His distraught wife Ady Carrillo stayed behind in the studio apartment they rented in Los Angeles, but the 48-year-old isn’t just awaiting his return home — she’s taking action.

Carrillo has joined the “Cancel Rent” movement, which is gathering steam with protests across the United States as Americans hit hard by the coronavirus pandemic pile up debts.

Activists want landlords to suspend rent obligations for those in the most dire straits, having lost their jobs in the economic chaos sparked by the virus crisis.

Like the 31-year-old Acero, who is now at boot camp, many have been forced to resort to extreme measures.

“It’s been three months since we were able to make rent — the only choice my husband had left was to join the army,” Carrillo told AFP, bursting into tears.

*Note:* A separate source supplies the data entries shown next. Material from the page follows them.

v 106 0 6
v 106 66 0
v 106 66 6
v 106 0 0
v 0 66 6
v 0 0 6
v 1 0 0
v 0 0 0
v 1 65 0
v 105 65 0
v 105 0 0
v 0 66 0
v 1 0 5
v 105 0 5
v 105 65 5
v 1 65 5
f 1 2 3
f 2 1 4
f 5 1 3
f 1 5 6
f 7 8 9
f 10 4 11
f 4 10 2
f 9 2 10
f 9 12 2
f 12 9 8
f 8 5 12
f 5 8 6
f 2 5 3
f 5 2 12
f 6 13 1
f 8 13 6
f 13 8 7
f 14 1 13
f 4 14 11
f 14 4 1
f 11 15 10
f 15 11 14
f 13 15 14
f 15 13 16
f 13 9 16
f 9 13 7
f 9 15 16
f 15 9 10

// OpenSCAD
/*
 * Skjermhette til Ender 3
 */
 
bredde = 106;
hoyde =  66;
tykkelse = 1;
kant = 5;

difference() {
    cube([bredde,hoyde,tykkelse+kant]);
    translate([tykkelse,0,0])
        cube([bredde-tykkelse*2,hoyde-tykkelse,kant]);
    echo(bredde-tykkelse*2, hoyde-tykkelse, kant-tykkelse);
}
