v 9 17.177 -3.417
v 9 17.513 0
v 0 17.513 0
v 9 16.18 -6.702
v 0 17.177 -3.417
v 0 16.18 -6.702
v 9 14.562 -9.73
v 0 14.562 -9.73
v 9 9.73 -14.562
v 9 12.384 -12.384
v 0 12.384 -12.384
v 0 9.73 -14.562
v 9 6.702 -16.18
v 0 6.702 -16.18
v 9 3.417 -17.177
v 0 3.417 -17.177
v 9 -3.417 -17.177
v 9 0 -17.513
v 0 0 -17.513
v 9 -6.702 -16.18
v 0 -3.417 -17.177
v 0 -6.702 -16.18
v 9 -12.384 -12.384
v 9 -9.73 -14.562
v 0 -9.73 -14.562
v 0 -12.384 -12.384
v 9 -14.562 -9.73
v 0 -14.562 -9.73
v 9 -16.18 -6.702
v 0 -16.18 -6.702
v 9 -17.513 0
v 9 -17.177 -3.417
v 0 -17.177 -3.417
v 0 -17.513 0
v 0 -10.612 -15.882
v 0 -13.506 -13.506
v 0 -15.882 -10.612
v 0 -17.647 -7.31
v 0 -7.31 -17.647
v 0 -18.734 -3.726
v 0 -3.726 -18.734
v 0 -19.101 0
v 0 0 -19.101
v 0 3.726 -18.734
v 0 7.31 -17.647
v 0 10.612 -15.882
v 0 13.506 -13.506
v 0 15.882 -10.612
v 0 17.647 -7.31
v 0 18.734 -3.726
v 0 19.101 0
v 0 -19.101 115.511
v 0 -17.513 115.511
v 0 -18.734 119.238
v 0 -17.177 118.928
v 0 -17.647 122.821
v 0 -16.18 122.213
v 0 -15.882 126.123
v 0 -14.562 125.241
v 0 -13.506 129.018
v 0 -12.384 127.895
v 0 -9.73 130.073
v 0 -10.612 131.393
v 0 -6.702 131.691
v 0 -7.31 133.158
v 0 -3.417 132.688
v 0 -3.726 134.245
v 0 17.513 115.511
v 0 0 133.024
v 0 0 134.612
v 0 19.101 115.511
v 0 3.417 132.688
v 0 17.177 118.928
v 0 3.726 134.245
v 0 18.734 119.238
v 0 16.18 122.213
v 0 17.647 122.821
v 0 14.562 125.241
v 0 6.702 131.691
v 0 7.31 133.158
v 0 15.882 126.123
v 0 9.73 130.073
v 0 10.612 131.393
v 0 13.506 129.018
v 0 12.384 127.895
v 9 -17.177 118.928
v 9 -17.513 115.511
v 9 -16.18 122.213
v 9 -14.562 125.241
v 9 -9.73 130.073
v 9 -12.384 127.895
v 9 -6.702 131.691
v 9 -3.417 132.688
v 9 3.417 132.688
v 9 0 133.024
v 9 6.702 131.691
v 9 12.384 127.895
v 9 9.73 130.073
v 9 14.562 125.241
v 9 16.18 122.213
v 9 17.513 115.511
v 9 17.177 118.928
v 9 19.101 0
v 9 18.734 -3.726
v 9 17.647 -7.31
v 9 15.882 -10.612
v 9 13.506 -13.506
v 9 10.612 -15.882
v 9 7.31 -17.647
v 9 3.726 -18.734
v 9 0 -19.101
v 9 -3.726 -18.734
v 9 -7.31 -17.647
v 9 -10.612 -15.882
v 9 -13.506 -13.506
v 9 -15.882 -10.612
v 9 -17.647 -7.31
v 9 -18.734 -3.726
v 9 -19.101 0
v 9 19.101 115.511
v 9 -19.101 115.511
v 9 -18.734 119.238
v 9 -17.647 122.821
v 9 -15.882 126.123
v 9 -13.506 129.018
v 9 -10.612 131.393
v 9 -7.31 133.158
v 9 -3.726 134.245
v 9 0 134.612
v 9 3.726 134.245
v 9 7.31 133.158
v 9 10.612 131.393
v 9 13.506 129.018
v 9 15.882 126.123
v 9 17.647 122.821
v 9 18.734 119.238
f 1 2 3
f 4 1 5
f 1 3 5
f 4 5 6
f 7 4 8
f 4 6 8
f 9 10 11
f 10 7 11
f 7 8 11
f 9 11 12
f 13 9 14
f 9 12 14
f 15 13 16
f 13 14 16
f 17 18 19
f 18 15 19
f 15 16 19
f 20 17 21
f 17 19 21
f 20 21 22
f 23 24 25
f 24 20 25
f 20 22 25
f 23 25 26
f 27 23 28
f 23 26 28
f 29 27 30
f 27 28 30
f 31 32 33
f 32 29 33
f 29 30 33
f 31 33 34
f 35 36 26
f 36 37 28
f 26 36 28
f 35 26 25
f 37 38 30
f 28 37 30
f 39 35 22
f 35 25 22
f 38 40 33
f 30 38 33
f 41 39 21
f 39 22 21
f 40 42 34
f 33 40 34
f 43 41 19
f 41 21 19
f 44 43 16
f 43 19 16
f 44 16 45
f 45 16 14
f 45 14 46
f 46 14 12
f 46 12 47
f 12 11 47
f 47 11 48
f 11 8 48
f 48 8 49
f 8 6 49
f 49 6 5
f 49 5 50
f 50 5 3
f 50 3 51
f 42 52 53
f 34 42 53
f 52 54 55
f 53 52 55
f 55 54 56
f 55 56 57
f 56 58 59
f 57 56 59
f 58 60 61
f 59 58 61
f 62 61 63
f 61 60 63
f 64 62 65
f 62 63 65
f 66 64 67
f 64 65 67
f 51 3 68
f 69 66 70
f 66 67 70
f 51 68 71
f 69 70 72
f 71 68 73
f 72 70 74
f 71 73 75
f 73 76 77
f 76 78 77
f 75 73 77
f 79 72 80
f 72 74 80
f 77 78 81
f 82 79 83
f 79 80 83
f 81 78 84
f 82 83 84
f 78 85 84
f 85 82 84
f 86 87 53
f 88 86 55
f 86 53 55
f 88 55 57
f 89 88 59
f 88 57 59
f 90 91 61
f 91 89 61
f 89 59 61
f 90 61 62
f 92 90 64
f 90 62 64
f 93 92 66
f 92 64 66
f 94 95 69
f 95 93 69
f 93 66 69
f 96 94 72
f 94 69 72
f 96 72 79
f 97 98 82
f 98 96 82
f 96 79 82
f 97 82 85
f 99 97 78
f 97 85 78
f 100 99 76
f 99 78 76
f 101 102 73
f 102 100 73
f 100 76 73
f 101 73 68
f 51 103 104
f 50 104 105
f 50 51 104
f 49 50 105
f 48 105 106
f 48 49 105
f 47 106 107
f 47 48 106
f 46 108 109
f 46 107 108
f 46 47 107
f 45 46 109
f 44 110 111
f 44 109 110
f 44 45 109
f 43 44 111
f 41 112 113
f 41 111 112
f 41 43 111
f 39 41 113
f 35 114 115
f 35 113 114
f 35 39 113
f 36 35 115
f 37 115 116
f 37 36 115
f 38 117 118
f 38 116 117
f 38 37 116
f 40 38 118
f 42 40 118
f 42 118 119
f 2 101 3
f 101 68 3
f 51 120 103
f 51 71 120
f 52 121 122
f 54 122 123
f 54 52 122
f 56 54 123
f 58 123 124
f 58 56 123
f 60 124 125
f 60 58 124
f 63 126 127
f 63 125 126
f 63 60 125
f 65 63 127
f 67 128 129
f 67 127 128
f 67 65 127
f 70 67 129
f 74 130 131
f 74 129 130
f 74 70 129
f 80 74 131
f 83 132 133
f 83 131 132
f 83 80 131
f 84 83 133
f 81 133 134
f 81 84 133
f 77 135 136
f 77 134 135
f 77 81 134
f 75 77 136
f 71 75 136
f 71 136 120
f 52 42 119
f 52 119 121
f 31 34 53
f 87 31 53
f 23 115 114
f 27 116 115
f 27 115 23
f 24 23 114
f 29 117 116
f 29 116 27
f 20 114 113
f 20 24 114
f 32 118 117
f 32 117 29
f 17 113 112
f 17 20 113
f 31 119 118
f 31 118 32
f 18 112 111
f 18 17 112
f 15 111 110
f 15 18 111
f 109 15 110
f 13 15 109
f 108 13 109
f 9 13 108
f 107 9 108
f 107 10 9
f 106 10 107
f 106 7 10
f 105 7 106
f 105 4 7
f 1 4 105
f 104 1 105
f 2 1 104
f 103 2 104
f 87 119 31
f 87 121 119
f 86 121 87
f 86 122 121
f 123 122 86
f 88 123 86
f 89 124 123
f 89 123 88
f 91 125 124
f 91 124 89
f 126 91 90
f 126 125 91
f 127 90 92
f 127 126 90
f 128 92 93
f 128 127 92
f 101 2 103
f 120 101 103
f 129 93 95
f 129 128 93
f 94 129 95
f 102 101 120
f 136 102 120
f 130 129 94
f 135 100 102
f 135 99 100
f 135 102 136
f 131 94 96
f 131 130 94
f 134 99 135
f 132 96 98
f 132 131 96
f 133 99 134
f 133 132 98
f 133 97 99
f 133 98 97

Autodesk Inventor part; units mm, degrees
ref_plane "YZ Plane" through (0, 0, 0) normal (1, 0, 0) x (0, 1, 0)
ref_plane "XZ Plane" through (0, 0, 0) normal (0, 1, 0) x (-1, 0, 0)
ref_plane "XY Plane" through (0, 0, 0) normal (0, 0, 1) x (1, 0, 0)
sketch "Sketch1" plane through (0, 0, 0) normal (1, 0, 0) x (0, 1, 0)
  arc A0 (-19.1008, 0) -> (19.1008, 0) centre (0, 0) ccw
  arc A1 (19.1008, 115.5112) -> (-19.1008, 115.5112) centre (0, 115.5112) ccw
  line L0 (19.1008, 115.5112) -> (19.1008, 0)
  line L1 (-19.1008, 0) -> (-19.1008, 115.5112)
  arc A2 (-17.5133, 0) -> (17.5133, 0) centre (0, 0) ccw
  line L2 (-17.5133, 0) -> (-17.5133, 115.5112)
  arc A3 (17.5133, 115.5112) -> (-17.5133, 115.5112) centre (0, 115.5112) ccw
  line L3 (17.5133, 115.5112) -> (17.5133, 0)
  dimension "d0" = 19.1008
  dimension "d1" = 115.5112
  dimension "d5" = 1.5875
extrude "Extrusion1" add sketch "Sketch1" along normal blind 9
properties part number "STANDIN,BELT,70T,HTD5mm" material "Nylon 6/6"
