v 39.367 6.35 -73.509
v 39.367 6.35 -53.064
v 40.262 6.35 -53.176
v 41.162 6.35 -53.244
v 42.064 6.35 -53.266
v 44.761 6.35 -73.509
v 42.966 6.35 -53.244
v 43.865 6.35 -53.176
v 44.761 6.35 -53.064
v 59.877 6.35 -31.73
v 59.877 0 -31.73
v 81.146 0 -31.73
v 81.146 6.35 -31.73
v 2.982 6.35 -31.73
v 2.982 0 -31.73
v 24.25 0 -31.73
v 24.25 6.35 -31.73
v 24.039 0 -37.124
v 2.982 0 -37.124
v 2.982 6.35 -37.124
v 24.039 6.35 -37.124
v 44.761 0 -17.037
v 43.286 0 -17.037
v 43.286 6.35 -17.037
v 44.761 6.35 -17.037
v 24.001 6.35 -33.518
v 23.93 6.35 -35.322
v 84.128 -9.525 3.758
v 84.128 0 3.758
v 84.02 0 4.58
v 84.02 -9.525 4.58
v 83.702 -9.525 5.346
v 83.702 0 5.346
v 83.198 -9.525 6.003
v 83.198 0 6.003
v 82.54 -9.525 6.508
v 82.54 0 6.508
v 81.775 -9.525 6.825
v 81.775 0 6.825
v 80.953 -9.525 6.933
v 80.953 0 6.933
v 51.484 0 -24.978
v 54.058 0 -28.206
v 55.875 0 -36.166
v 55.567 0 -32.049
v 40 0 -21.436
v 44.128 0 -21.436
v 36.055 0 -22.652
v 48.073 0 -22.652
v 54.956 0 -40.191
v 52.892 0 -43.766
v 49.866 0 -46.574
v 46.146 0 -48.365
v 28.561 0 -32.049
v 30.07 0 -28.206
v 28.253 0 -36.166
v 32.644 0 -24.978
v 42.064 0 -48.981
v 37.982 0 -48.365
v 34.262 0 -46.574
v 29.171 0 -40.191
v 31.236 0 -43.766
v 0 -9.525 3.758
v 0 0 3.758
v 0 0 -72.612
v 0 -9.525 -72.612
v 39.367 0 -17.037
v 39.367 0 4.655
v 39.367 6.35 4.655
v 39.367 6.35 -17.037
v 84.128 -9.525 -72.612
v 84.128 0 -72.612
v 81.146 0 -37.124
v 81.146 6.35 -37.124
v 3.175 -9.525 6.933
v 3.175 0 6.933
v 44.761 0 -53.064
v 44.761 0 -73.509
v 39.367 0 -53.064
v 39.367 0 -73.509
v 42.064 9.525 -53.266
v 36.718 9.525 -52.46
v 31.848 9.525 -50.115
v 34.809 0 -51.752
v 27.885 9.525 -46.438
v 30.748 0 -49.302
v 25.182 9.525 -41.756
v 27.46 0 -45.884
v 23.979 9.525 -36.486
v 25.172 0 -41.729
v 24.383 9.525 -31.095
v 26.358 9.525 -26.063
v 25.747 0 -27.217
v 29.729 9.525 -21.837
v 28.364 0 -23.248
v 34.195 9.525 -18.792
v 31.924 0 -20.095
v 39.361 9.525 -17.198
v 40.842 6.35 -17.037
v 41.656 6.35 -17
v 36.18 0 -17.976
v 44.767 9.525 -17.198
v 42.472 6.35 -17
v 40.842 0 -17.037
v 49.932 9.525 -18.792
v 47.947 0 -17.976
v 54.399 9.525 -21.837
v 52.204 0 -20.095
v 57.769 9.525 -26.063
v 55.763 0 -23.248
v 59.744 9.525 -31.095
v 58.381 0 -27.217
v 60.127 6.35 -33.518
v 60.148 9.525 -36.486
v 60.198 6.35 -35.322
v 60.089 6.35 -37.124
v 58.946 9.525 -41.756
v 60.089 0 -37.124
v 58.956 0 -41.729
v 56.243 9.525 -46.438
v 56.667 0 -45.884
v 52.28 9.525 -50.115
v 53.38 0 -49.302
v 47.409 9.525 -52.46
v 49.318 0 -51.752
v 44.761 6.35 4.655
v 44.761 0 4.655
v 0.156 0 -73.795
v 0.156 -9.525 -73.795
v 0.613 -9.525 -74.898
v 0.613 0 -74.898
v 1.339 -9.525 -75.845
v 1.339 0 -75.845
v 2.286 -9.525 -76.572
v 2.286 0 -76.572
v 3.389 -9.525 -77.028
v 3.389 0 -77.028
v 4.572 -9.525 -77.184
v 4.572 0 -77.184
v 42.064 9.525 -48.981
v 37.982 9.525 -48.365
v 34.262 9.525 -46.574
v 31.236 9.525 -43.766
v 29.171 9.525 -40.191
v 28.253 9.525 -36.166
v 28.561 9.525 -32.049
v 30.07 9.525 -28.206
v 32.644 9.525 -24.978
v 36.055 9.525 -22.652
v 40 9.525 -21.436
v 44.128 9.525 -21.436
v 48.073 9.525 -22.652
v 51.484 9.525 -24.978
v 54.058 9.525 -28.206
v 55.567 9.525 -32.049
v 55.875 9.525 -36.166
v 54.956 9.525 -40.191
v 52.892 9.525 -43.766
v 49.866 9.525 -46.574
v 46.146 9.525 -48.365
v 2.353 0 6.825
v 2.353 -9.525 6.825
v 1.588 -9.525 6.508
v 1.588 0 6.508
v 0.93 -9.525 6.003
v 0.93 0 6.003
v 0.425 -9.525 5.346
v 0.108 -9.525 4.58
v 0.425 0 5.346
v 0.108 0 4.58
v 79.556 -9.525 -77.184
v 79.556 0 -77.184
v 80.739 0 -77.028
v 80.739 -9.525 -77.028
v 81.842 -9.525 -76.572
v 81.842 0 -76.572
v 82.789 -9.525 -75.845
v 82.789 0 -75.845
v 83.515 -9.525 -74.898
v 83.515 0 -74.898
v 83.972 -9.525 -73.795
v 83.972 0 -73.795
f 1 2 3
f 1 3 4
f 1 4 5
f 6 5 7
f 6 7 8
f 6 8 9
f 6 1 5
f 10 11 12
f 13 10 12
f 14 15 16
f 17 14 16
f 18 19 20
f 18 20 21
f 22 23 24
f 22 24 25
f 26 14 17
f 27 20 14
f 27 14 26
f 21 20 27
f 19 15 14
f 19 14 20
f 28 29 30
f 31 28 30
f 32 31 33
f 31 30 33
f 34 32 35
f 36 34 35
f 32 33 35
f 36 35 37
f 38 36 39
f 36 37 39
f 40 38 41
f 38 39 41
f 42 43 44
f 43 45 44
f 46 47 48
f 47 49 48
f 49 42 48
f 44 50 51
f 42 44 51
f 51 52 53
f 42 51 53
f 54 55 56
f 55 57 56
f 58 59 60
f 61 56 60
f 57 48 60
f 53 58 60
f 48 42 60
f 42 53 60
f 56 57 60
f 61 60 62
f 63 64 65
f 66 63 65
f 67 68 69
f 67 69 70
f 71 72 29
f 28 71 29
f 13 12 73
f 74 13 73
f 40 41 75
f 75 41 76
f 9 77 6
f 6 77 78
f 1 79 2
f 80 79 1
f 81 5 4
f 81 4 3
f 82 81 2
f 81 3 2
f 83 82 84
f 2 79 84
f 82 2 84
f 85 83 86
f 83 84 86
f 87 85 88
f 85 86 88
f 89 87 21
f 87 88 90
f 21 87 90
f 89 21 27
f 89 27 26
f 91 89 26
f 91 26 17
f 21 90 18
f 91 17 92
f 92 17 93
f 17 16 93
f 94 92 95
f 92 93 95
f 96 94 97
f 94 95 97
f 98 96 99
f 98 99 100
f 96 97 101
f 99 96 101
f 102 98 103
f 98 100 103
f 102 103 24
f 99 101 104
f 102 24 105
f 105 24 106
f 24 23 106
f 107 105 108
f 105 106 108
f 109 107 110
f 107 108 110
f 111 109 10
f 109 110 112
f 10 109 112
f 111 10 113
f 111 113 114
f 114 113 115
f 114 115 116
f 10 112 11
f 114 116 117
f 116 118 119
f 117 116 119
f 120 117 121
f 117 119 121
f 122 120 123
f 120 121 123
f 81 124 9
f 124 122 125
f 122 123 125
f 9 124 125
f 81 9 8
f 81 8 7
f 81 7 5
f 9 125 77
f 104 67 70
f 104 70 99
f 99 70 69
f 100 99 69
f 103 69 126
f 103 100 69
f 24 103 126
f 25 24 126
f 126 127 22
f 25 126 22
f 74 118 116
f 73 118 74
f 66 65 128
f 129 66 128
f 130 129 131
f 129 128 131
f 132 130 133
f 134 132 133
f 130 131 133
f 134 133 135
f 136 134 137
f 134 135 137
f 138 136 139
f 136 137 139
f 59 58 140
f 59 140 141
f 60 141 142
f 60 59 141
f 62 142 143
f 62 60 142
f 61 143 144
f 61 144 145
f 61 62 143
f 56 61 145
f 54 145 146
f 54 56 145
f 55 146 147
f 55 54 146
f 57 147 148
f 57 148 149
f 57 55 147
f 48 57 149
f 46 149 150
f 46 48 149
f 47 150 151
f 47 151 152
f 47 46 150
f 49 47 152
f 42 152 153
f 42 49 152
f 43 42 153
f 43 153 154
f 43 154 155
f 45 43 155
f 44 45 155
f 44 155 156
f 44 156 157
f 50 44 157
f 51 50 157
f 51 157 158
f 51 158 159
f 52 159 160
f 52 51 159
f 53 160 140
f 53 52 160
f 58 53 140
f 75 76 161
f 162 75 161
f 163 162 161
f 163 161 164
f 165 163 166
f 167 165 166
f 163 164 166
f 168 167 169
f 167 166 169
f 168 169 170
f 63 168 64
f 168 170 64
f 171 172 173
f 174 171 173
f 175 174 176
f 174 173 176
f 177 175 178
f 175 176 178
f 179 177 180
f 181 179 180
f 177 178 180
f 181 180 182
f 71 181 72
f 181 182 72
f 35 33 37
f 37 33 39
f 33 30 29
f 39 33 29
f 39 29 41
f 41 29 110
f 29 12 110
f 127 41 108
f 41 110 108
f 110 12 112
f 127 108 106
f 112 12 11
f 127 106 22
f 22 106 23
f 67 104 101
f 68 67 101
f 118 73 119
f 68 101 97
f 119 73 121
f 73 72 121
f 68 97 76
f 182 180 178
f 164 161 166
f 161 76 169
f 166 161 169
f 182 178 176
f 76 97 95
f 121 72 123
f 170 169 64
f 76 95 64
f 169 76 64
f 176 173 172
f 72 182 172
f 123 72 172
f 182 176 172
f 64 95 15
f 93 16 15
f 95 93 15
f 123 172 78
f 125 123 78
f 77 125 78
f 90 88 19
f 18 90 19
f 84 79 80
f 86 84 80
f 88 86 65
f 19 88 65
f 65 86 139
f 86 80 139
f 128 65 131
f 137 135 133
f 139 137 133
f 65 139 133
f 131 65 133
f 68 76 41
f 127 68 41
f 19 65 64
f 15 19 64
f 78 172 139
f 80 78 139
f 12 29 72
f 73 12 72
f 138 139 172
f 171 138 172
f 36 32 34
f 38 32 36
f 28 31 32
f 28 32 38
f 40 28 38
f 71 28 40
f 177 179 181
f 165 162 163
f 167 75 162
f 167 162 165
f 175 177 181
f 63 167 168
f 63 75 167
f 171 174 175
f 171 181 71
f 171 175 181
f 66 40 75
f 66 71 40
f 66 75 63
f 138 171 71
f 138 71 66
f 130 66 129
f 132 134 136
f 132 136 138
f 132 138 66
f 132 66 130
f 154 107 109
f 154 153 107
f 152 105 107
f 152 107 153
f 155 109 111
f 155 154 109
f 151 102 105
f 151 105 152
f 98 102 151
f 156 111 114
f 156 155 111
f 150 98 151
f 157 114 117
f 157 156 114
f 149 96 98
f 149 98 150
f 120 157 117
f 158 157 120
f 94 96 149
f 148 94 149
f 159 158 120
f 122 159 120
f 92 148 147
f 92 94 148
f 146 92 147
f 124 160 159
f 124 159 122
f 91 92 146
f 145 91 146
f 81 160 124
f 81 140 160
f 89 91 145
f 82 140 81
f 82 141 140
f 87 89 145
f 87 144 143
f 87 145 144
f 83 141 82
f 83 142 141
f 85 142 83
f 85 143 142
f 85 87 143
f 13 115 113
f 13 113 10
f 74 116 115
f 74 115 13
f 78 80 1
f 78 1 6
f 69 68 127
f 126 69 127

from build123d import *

# Parameters (mm, degrees)
EXTRUDE1_DEPTH = 9.525
SKETCH2_R      = 18.135228151
SKETCH2_R_2    = 13.849910733
EXTRUDE2_DEPTH = 9.525
SKETCH5_W      = 21.692133904
SKETCH5_H      = 5.39360198
SKETCH5_W_2    = 5.39360198
SKETCH5_H_2    = 21.692133904
SKETCH5_W_3    = 21.692133903
EXTRUDE4_DEPTH = 6.35


with BuildPart() as part:
    # Sketch1 → Extrude1 (new body)
    with BuildSketch(Plane(origin=(0, 0, 0), x_dir=(1, 0, 0), z_dir=(0, 1, 0))):
        with BuildLine():
            Line((80.952795926, -6.933070377), (3.175, -6.933070377))
            ThreePointArc((3.175, -6.933070377), (0.92993597, -6.003134407), (0, -3.758070377))
            Line((0, -3.758070377), (0, 72.612142843))
            ThreePointArc((0, 72.612142843), (1.339107796, 75.845035046), (4.572, 77.184142843))
            Line((4.572, 77.184142843), (79.555795926, 77.184142843))
            ThreePointArc((79.555795926, 77.184142843), (82.78868813, 75.845035046), (84.127795926, 72.612142843))
            Line((84.127795926, 72.612142843), (84.127795926, -3.758070377))
            ThreePointArc((84.127795926, -3.758070377), (83.197859957, -6.003134407), (80.952795926, -6.933070377))
        make_face()
    extrude(amount=-EXTRUDE1_DEPTH)

    # Sketch2 → Extrude2 (add)
    with BuildSketch(Plane(origin=(0, 0, 0), x_dir=(1, 0, 0), z_dir=(0, 1, 0))):
        with Locations(Location((42.063897963, 35.130827586, 0), (0, 0, 90))):
            Circle(SKETCH2_R)
        with Locations(Location((42.063897963, 35.130827586, 0), (0, 0, 90))):
            Circle(SKETCH2_R_2, mode=Mode.SUBTRACT)
    extrude(amount=EXTRUDE2_DEPTH)

    # Sketch5 → Extrude4 (add)
    with BuildSketch(Plane(origin=(0, 0, 0), x_dir=(1, 0, 0), z_dir=(0, 1, 0))):
        with Locations((70.300158538, 34.427036233)):
            Rectangle(SKETCH5_W, SKETCH5_H)
        with Locations((42.063897963, 6.190775658)):
            Rectangle(SKETCH5_W_2, SKETCH5_H_2)
        with Locations((13.827637389, 34.427036233)):
            Rectangle(SKETCH5_W_3, SKETCH5_H)
        with Locations((42.063897963, 62.663296808)):
            Rectangle(SKETCH5_W_2, SKETCH5_H_2)
    extrude(amount=EXTRUDE4_DEPTH)


solid = part.part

“I’m scared they’ll send him away from me” on an overseas deployment, she said. “If he dies, I die with him.”

– Housing as ‘human right’ – With tens of millions of Americans out of work because of the pandemic, federal, state and local authorities temporarily suspended evictions on tenants who cannot make rent.

But many worry about what happens when those concessions run out.

Over the past week, the Los Angeles County Sheriff’s Department has resumed evictions ordered before March when the lockdowns began, local media have reported.

In the city’s Chinatown neighborhood on Monday, a small group of protesters including Carrillo rallied and marched on City Hall, demanding answers.

“Cancel rent!” “Housing is a human right!” community organizer Annie Shaw yelled into a megaphone.

“We demand strong measures like canceling rents,” Shaw said. “Canceling rent will protect the community.”

Los Angeles has the sixth-highest rents in the country, according to a ranking by the real estate site Zumper, trailing behind cities like San Francisco and New York.

“It’s been so hard for me to make rent during the pandemic,” said Rosa Hernandez, who also attended Monday’s rally.

“I am an independent cleaner, and used to make $700 a week. Now I make only $100 to $200 a week. If there is food on the table, there is no extra money for rent.”

– ‘We are not going to pay’ – Demonstrations and “rent strikes” by the “Cancel Rent” movement have been staged in various cities across the country since the start of the virus epidemic, which has so far left more than 164,000 Americans dead.

“We are not going to pay,” said Lydia Nicholson, an organizer of the LA Tenants Union.

“I don’t think it’s going to be pretty at all for anyone if they make us do something that we just obviously can’t do.”

Los Angeles prosecutors have said large-scale rent forgiveness is out of the question, and would cost the city more than $1 billion in compensation to landlords, according to a memo seen by the Los Angeles Times.

Mayor Eric Garcetti’s office did not respond to an AFP request for comment for this story.

For their part, landlords say freezing rents would not only affect the upkeep of their properties but would also impact the payment of taxes, which are key to the city budget, as well as mortgages.

Suspending rent payments is “just shifting the debt up the food chain,” said Jay Martin, director of a group that represents owners of rent-controlled properties in New York.

He said that many landlords “are working with [tenants], they are forgiving parts of the rent.”

“A tenant that can pay partial rent is better than a tenant who can pay no rent,” Martin said.

But the situation only appears set to get worse as federal supplementary support of $600 a week for the unemployed has now expired.

“I’ll have to go sleep under a bridge,” said Joaquin Gutierrez, 63 who has been out of work since February.

Gutierrez had been planning on returning to his native El Salvador when the coronavirus broke out and left him stranded in the United States.

Now, he does not have money to buy food, much less the $500 needed to pay the rent on his room in LA’s Van Nuys neighborhood.

“The only solution is for me to leave,” Gutierrez said, calling on the government of El Salvador to repatriate him.